The action is basic voice recognition and text-to-speech rendering as a result right now:
(1) Dial the number
(2) The caller is greeted, and is asked to speak his/her choice from four mystery genre options: legal, noir, satirical, political
(3) The caller speaks his/her choice of setting: US or non-US
(4) The caller chooses a male or female protagonist.
(5) The caller hears a mash-up of a couple of sentences meeting the selected criteria.
SUCCESS!!! As long as you do not select “non-US”(renders as “non-us” and so is not recognized in database) or pronounce “female” with too much “fvvv” (I just got “shemale”– a new variation to add to the other erroneous pronunciation recognitions I’ve gotten in Google VR’s hearing of “female”).
VIDEO, but you can try it yourself (I just fixed my code to pull more than one “intro” from the database. In my enthusiasm last night, I left the testing single-intro sentence version (which I used because I wanted to make sure that Asterisk would handle at least one) in the code. This video shows only the single-sentence version working, but more than one sentence does get pulled. Code to come–I have to put it in Github now.
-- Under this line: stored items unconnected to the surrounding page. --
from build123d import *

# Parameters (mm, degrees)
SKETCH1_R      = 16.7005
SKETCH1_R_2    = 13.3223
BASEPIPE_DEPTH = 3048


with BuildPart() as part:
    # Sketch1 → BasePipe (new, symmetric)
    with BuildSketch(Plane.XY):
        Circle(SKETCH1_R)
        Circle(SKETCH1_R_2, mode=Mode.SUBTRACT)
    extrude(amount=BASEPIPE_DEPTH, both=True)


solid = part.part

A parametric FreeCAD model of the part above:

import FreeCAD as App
import Part
import Sketcher
Q = App.Units.Quantity

doc = App.newDocument("Part")
body = doc.addObject("PartDesign::Body", "Body")

sketch1 = doc.addObject("Sketcher::SketchObject", "Sketch")
body.addObject(sketch1)
sketch1.AttachmentSupport = (doc.XY_Plane, [""])
sketch1.MapMode = "FlatFace"
sketch1.addGeometry(Part.Circle(App.Vector(0, 0, 0), App.Vector(0, 0, 1), 17), False)
sketch1.addGeometry(Part.Circle(App.Vector(0, 0, 0), App.Vector(0, 0, 1), 13), False)
sketch1.addConstraint(Sketcher.Constraint("Coincident", 0, 3, -1, 1))
sketch1.addConstraint(Sketcher.Constraint("Coincident", 1, 3, -1, 1))
sketch1.addConstraint(Sketcher.Constraint("Diameter", 0, Q("1.315 in")))
sketch1.addConstraint(Sketcher.Constraint("Diameter", 1, Q("1.049 in")))
pad1 = doc.addObject("PartDesign::Pad", "Pad")
body.addObject(pad1)
pad1.Profile = sketch1
pad1.Length = Q("240 in")
pad1.Midplane = True

doc.recompute()
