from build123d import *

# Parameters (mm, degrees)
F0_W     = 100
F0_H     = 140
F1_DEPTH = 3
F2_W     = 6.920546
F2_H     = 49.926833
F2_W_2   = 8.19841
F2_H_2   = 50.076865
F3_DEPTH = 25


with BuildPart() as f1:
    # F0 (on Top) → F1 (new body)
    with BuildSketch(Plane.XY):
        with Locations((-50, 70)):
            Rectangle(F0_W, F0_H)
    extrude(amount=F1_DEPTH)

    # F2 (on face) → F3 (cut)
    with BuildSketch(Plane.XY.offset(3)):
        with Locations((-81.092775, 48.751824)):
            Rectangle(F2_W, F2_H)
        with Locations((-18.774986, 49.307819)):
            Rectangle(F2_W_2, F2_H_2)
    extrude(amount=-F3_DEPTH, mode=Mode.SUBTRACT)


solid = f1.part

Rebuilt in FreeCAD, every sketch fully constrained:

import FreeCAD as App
import Part
import Sketcher
from FreeCAD import Vector

doc = App.newDocument("Part")
params = doc.addObject("Spreadsheet::Sheet", "Params")
for row, (alias, value) in enumerate([
    ("sketch1_width", "100 mm"),
    ("sketch1_height", "140 mm"),
    ("pad1_length", "3 mm"),
    ("pocket1_length", "25 mm"),
], start=1):
    params.set(f"A{row}", alias)
    params.set(f"B{row}", "=" + value)
    params.setAlias(f"B{row}", alias)

body = doc.addObject("PartDesign::Body", "Body")

# Sketch on XY plane
sketch1 = body.newObject("Sketcher::SketchObject", "Sketch")
sketch1.AttachmentSupport = (doc.getObject("XY_Plane"), [""])
sketch1.MapMode = "FlatFace"
sketch1.addGeometry([
    Part.LineSegment(Vector(-100, 140, 0), Vector(-100, 0, 0)),
    Part.LineSegment(Vector(-100, 0, 0), Vector(0, 0, 0)),
    Part.LineSegment(Vector(0, 0, 0), Vector(0, 140, 0)),
    Part.LineSegment(Vector(0, 140, 0), Vector(-100, 140, 0)),
], False)
sketch1.addConstraint([
    Sketcher.Constraint("Coincident", 0, 2, 1, 1),
    Sketcher.Constraint("Coincident", 1, 2, 2, 1),
    Sketcher.Constraint("Coincident", 2, 2, 3, 1),
    Sketcher.Constraint("Coincident", 3, 2, 0, 1),
    Sketcher.Constraint("Vertical", 0),
    Sketcher.Constraint("Horizontal", 1),
    Sketcher.Constraint("Vertical", 2),
    Sketcher.Constraint("Horizontal", 3),
    Sketcher.Constraint("Coincident", 1, 2, -1, 1),
    Sketcher.Constraint("DistanceX", 1, 1, 1, 2, 100.0),
    Sketcher.Constraint("DistanceY", 0, 2, 0, 1, 140.0),
])
sketch1.setExpression("Constraints[9]", "Params.sketch1_width")
sketch1.setExpression("Constraints[10]", "Params.sketch1_height")
pad1 = body.newObject("PartDesign::Pad", "Pad")
pad1.Profile = sketch1
pad1.setExpression("Length", "Params.pad1_length")

# Sketch on XY plane
sketch2 = body.newObject("Sketcher::SketchObject", "Sketch001")
sketch2.AttachmentSupport = (doc.getObject("XY_Plane"), [""])
sketch2.MapMode = "FlatFace"
sketch2.AttachmentOffset = App.Placement(Vector(0, 0, 3), App.Rotation())
sketch2.addGeometry([
    Part.LineSegment(Vector(-85, 74, 0), Vector(-85, 24, 0)),  # 0
    Part.LineSegment(Vector(-85, 24, 0), Vector(-78, 24, 0)),  # 1
    Part.LineSegment(Vector(-78, 24, 0), Vector(-78, 74, 0)),  # 2
    Part.LineSegment(Vector(-78, 74, 0), Vector(-85, 74, 0)),  # 3
    Part.LineSegment(Vector(-23, 74, 0), Vector(-23, 24, 0)),  # 4
    Part.LineSegment(Vector(-23, 24, 0), Vector(-15, 24, 0)),  # 5
    Part.LineSegment(Vector(-15, 24, 0), Vector(-15, 74, 0)),  # 6
    Part.LineSegment(Vector(-15, 74, 0), Vector(-23, 74, 0)),  # 7
], False)
sketch2.addConstraint([
    Sketcher.Constraint("Coincident", 0, 2, 1, 1),
    Sketcher.Constraint("Coincident", 1, 2, 2, 1),
    Sketcher.Constraint("Coincident", 2, 2, 3, 1),
    Sketcher.Constraint("Coincident", 3, 2, 0, 1),
    Sketcher.Constraint("Coincident", 4, 2, 5, 1),
    Sketcher.Constraint("Coincident", 5, 2, 6, 1),
    Sketcher.Constraint("Coincident", 6, 2, 7, 1),
    Sketcher.Constraint("Coincident", 7, 2, 4, 1),
    Sketcher.Constraint("Vertical", 0),
    Sketcher.Constraint("Horizontal", 1),
    Sketcher.Constraint("Vertical", 2),
    Sketcher.Constraint("Horizontal", 3),
    Sketcher.Constraint("Vertical", 4),
    Sketcher.Constraint("Horizontal", 5),
    Sketcher.Constraint("Vertical", 6),
    Sketcher.Constraint("Horizontal", 7),
    Sketcher.Constraint("DistanceX", 5, 1, 5, 2, 8.19841),
    Sketcher.Constraint("DistanceX", 1, 1, 1, 2, 6.920546),
    Sketcher.Constraint("DistanceY", 0, 2, 0, 1, 49.926833),
    Sketcher.Constraint("DistanceY", 4, 2, 4, 1, 50.076865),
    Sketcher.Constraint("DistanceX", 0, 2, -1, 1, 84.553048),
    Sketcher.Constraint("DistanceY", -1, 1, 2, 2, 73.71524),
    Sketcher.Constraint("DistanceX", 4, 2, -1, 1, 22.874191),
    Sketcher.Constraint("DistanceY", -1, 1, 6, 2, 74.346251),
])
pocket1 = body.newObject("PartDesign::Pocket", "Pocket")
pocket1.Profile = sketch2
pocket1.setExpression("Length", "Params.pocket1_length")

doc.recompute()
Maybe I should not dare to do it, but I’m going to try to add a couple of different spellings into the database to see if MysteryCorpsePhone will return sentences whose criteria may include “non-US”/”non-us” or “male”/(at this point, rendered consistently as “mail”) and speak them correctly. UPDATE: I have not added “a few different spellings” – that would have been a bridge too far in such short notice. I did, however, just go in and change all the “male” protagonist fields to the spelling that Google VR is rendering: “mail” I cannot test it right now, because in calling the ITP Asterisk number I got an error–bill not paid—notice. However, I will try again later and will try to pull it together on the Rackspace server Marcel now that I know my program works.
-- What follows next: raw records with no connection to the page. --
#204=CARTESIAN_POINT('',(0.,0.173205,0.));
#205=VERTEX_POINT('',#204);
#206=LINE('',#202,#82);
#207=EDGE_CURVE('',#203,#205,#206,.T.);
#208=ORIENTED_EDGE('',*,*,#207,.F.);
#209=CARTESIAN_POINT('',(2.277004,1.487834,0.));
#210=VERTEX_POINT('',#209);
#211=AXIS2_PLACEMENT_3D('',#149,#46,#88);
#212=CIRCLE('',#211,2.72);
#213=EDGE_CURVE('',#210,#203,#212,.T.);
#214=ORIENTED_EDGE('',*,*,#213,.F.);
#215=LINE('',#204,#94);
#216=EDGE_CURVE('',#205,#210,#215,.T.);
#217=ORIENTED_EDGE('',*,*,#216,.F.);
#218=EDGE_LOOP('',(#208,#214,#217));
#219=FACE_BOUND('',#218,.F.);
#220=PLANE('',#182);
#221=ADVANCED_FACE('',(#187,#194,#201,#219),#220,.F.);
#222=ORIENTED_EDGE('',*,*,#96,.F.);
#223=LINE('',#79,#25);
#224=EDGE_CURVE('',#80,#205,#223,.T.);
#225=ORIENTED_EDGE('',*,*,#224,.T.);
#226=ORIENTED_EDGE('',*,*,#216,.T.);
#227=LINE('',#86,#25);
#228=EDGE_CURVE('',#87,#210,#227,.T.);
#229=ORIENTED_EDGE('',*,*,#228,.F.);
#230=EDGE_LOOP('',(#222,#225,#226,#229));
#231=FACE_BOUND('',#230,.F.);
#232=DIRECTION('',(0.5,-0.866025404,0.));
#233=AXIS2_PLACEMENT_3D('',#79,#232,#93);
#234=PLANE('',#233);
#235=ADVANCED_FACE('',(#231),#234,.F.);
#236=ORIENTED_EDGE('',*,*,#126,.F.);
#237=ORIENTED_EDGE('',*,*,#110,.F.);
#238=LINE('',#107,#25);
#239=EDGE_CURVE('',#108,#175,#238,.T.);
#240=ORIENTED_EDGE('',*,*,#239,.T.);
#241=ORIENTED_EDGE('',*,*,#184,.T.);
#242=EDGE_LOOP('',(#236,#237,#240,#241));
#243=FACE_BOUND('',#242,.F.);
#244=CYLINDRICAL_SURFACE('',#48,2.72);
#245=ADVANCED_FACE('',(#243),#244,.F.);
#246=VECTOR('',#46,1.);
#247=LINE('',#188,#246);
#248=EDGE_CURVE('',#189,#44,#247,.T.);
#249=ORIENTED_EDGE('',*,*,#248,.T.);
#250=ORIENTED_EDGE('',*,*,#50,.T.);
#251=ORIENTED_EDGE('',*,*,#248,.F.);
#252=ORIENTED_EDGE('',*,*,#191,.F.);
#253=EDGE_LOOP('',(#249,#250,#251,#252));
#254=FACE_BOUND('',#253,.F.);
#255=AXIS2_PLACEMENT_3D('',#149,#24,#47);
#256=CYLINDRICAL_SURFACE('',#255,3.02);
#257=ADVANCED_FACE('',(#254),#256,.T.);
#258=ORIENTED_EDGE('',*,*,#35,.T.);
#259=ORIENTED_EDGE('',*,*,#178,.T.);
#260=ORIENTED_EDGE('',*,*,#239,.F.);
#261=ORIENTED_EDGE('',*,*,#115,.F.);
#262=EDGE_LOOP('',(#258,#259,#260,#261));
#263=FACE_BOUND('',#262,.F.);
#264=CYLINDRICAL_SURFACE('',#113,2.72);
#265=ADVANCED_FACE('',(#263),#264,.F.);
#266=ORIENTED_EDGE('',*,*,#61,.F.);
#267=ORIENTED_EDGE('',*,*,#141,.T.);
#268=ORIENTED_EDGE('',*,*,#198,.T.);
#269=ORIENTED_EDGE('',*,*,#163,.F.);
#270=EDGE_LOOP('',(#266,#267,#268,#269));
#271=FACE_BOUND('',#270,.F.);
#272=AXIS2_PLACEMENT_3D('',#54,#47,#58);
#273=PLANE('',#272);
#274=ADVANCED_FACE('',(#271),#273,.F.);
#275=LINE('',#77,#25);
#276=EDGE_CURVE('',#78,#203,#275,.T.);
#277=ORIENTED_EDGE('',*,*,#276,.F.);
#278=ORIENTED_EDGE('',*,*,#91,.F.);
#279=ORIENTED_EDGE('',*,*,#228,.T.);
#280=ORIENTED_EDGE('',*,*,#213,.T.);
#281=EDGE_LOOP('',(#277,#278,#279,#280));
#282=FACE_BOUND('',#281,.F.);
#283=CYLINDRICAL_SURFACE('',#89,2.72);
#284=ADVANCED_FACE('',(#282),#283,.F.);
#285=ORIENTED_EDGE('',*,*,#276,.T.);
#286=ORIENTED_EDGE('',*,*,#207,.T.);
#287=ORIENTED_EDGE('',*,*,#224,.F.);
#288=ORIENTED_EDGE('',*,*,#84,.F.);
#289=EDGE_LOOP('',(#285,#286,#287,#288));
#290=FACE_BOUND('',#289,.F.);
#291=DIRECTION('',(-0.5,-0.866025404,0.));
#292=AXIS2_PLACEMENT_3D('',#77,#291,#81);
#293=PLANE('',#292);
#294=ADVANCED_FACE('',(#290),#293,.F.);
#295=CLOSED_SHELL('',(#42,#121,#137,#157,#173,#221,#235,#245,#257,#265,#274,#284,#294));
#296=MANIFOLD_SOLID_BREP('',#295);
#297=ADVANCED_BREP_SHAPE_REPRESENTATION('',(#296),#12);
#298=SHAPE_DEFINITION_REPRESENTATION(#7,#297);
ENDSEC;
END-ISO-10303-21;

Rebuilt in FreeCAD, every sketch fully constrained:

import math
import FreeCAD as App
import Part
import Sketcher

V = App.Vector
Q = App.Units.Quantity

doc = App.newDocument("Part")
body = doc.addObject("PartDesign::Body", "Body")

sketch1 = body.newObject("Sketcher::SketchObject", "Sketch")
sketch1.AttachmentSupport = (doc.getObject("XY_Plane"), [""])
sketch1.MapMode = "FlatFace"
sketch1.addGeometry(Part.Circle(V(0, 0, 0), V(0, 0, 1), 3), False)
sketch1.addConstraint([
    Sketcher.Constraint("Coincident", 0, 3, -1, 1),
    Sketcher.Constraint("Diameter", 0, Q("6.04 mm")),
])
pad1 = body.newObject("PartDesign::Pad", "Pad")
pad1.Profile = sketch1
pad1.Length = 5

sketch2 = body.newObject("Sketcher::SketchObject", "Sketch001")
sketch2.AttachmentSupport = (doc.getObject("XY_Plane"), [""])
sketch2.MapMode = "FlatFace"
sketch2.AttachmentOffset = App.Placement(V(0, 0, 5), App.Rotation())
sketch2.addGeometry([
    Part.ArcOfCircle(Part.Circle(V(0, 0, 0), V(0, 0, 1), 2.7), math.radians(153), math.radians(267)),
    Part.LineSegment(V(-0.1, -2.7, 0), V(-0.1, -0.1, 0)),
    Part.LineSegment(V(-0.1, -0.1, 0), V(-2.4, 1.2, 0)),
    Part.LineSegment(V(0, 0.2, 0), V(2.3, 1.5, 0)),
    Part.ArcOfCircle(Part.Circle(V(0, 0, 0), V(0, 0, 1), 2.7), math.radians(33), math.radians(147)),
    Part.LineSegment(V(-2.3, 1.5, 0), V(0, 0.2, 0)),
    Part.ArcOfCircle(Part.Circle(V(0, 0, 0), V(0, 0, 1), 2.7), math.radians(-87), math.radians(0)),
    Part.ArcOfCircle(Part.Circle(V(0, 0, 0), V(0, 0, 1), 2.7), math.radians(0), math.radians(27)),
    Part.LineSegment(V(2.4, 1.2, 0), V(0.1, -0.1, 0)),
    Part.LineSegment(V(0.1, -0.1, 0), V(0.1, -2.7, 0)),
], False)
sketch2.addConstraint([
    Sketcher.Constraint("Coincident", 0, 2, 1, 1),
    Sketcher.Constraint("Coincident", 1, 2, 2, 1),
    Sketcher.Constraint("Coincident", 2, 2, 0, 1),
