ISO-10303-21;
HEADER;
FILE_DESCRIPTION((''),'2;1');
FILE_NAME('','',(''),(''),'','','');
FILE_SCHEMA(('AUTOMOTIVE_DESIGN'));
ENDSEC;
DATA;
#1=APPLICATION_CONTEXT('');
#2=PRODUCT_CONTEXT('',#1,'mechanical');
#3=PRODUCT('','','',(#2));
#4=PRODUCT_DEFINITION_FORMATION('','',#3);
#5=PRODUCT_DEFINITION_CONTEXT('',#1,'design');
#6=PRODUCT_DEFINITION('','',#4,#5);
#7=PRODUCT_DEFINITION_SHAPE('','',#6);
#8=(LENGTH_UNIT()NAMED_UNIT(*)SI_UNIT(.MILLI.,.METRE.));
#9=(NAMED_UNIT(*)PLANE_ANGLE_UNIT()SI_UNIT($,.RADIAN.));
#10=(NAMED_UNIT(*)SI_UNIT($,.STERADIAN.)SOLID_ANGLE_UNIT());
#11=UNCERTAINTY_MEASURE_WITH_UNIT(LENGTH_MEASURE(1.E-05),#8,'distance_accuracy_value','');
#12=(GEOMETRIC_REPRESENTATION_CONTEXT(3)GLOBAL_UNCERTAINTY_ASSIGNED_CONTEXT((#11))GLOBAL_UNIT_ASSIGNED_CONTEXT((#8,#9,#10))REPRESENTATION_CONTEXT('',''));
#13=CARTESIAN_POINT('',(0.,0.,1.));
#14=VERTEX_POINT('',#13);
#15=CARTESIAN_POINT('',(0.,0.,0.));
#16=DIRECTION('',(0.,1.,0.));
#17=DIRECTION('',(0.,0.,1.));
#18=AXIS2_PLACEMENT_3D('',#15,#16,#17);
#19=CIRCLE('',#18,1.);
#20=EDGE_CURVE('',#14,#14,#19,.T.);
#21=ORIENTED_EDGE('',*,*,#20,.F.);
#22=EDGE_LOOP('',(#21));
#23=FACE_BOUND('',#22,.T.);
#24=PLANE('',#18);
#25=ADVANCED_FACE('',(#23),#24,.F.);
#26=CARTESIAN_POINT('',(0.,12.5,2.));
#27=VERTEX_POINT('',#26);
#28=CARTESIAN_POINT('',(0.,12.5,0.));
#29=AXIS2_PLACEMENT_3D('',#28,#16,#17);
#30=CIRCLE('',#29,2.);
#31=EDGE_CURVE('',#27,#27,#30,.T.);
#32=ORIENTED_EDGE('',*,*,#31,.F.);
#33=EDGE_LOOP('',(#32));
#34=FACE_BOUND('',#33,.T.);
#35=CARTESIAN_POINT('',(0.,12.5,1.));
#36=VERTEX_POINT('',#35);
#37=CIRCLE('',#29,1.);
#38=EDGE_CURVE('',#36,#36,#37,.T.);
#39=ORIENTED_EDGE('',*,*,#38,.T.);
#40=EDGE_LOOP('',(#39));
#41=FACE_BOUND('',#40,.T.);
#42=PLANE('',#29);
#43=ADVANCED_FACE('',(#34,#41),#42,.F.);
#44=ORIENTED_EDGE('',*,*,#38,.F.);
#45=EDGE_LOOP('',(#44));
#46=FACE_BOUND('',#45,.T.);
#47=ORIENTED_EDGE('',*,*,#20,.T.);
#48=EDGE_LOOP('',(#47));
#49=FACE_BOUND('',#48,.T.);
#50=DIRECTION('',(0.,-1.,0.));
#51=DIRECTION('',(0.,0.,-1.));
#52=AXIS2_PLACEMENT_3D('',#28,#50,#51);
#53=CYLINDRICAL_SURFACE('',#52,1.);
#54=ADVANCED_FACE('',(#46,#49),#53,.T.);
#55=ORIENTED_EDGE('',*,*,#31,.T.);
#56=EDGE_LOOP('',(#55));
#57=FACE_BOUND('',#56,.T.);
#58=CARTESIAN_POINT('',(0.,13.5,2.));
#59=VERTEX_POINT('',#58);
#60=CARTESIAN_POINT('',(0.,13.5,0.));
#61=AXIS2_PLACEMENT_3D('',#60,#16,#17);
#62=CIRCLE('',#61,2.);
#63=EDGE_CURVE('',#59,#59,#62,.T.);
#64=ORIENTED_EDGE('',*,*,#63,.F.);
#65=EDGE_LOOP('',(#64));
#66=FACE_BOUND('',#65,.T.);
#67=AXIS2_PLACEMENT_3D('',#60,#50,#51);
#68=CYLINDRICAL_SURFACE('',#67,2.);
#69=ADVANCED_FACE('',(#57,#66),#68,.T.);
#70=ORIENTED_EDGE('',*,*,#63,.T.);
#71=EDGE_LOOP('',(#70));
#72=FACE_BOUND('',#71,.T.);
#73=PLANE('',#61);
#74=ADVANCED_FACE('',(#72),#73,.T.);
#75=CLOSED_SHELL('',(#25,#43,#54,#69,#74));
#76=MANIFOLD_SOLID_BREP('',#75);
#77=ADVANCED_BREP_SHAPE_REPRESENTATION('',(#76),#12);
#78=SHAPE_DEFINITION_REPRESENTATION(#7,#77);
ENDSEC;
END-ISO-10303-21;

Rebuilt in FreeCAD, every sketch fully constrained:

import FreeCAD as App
import Part
import Sketcher

doc = App.newDocument("Part")
body = doc.addObject("PartDesign::Body", "Body")

# Sketch on XZ plane
sketch1 = doc.addObject("Sketcher::SketchObject", "Sketch")
body.addObject(sketch1)
sketch1.AttachmentSupport = (doc.XZ_Plane, [""])
sketch1.MapMode = "FlatFace"
sketch1.addGeometry(Part.Circle(App.Vector(0, 0, 0), App.Vector(0, 0, 1), 1), False)
sketch1.addConstraint([
    Sketcher.Constraint("Coincident", 0, 3, -1, 1),
    Sketcher.Constraint("Diameter", 0, 2.0),
])
pad1 = doc.addObject("PartDesign::Pad", "Pad")
body.addObject(pad1)
pad1.Profile = sketch1
pad1.Length = 12.5
pad1.Reversed = True

# Sketch on XZ plane
sketch2 = doc.addObject("Sketcher::SketchObject", "Sketch001")
body.addObject(sketch2)
sketch2.AttachmentSupport = (doc.XZ_Plane, [""])
sketch2.MapMode = "FlatFace"
sketch2.AttachmentOffset = App.Placement(App.Vector(0, 0, -12.5), App.Rotation())
sketch2.addGeometry(Part.Circle(App.Vector(0, 0, 0), App.Vector(0, 0, 1), 2), False)
sketch2.addConstraint([
    Sketcher.Constraint("Coincident", 0, 3, -1, 1),
    Sketcher.Constraint("Diameter", 0, 4.0),
])
pad2 = doc.addObject("PartDesign::Pad", "Pad001")
body.addObject(pad2)
pad2.Profile = sketch2
pad2.Length = 1
pad2.Reversed = True

doc.recompute()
The demonstration in class of the voice interface showed me that I would need to allow people to speak the answers to the option questions directly, rather than speaking number-substitutes. I think that the numbers are more readily understood by google tts, but it’s very clunky and makes little sense. Why not keypress if you’re going to use that substitution? I actually had noted at least two instances in testing beforehand, in which my speaking number options was not recognized correctly, so it may only be a little better than throwing caution to the wind and allowing the users to say the options.
MYSTERY on Asterisk.ITP-redial.com Server: The main Asterisk number, my extension.
TWO THINGS I MISSED
(1) Wrong path on the database–kept missing and missing until I looked closely.
(2) Somehow started the Extensions.conf edits outside of the asterisk_conf folder on the server.
LIMITATIONS OF VOICE RECOGNITION
As I told the class when I demonstrated on Tuesday, I used numbers to implement the options because I thought that Asterisk would have a harder time with multi-syllabic choices. However, as I also mentioned on Tuesday, I had already had errors in voice recognition just using the numbers.
I have removed what seemed to be the system’s voice-learning aspect (the hello-pound element at the beginning), because it did not seem to provide any benefit and it slowed things down.
Given the obvious clunkiness of the interface using numbers, I reworked things to use the options themselves. This works, but somewhat erratically. Because it interests me, I want to continue to investigate, but here are some strange mis-hearings Google voice recognition has produced. These examples are from very clear pronunciations, in quiet surroundings, by a classic, plain and flat American accent (my own). For “female” which was often mis-recognized, I tried emphasizing the “f” emphasizing it more as a “fv” sound, as well as saying the word normally and briskly. I have not yet discovered the fine distinctions of pronunciation that may be required for Google VR to recognize “female” consistently and accurately, but I will keep trying:
“female” often gets recognized as “email” or “gmail”
“male” more often than not gets rendered as its homophone, “mail” which can affect adversely the result since the database spells “male” as “male”. I may change the .yml file so that it recognizes both.
“US” has been recognized as “you-off”
I was excited when “political” was recognized correctly twice in a row, and “satirical” was also rendered correctly. “Noir” is not well-recognized, or well-pronounced in this version of the text-to-speech script, for some reason.
I’ve included some screen shots of these crazy pronunciations.
US = “YOU AT”/ FEMALE = “EMAIL” In the second example, Google VR recognizes “political” but does not recognize “female” again.
Though I initially implemented my Rackspace server in April, after using all of the scripts provided to add the necessary items, I believe I may have accidentally hit “rebuilt” after re-setting my password. I surmise this is so because when I returned in late April, I found no server, no applications, nothing. I easily loaded everything back in, but I encountered some difficulties this time, as I prepared the server for immediate work.
I resolved most of these difficulties eventually. However, I have produced my final on the ITP server in the end because I wanted it to work properly there first before I moved it to rackspace.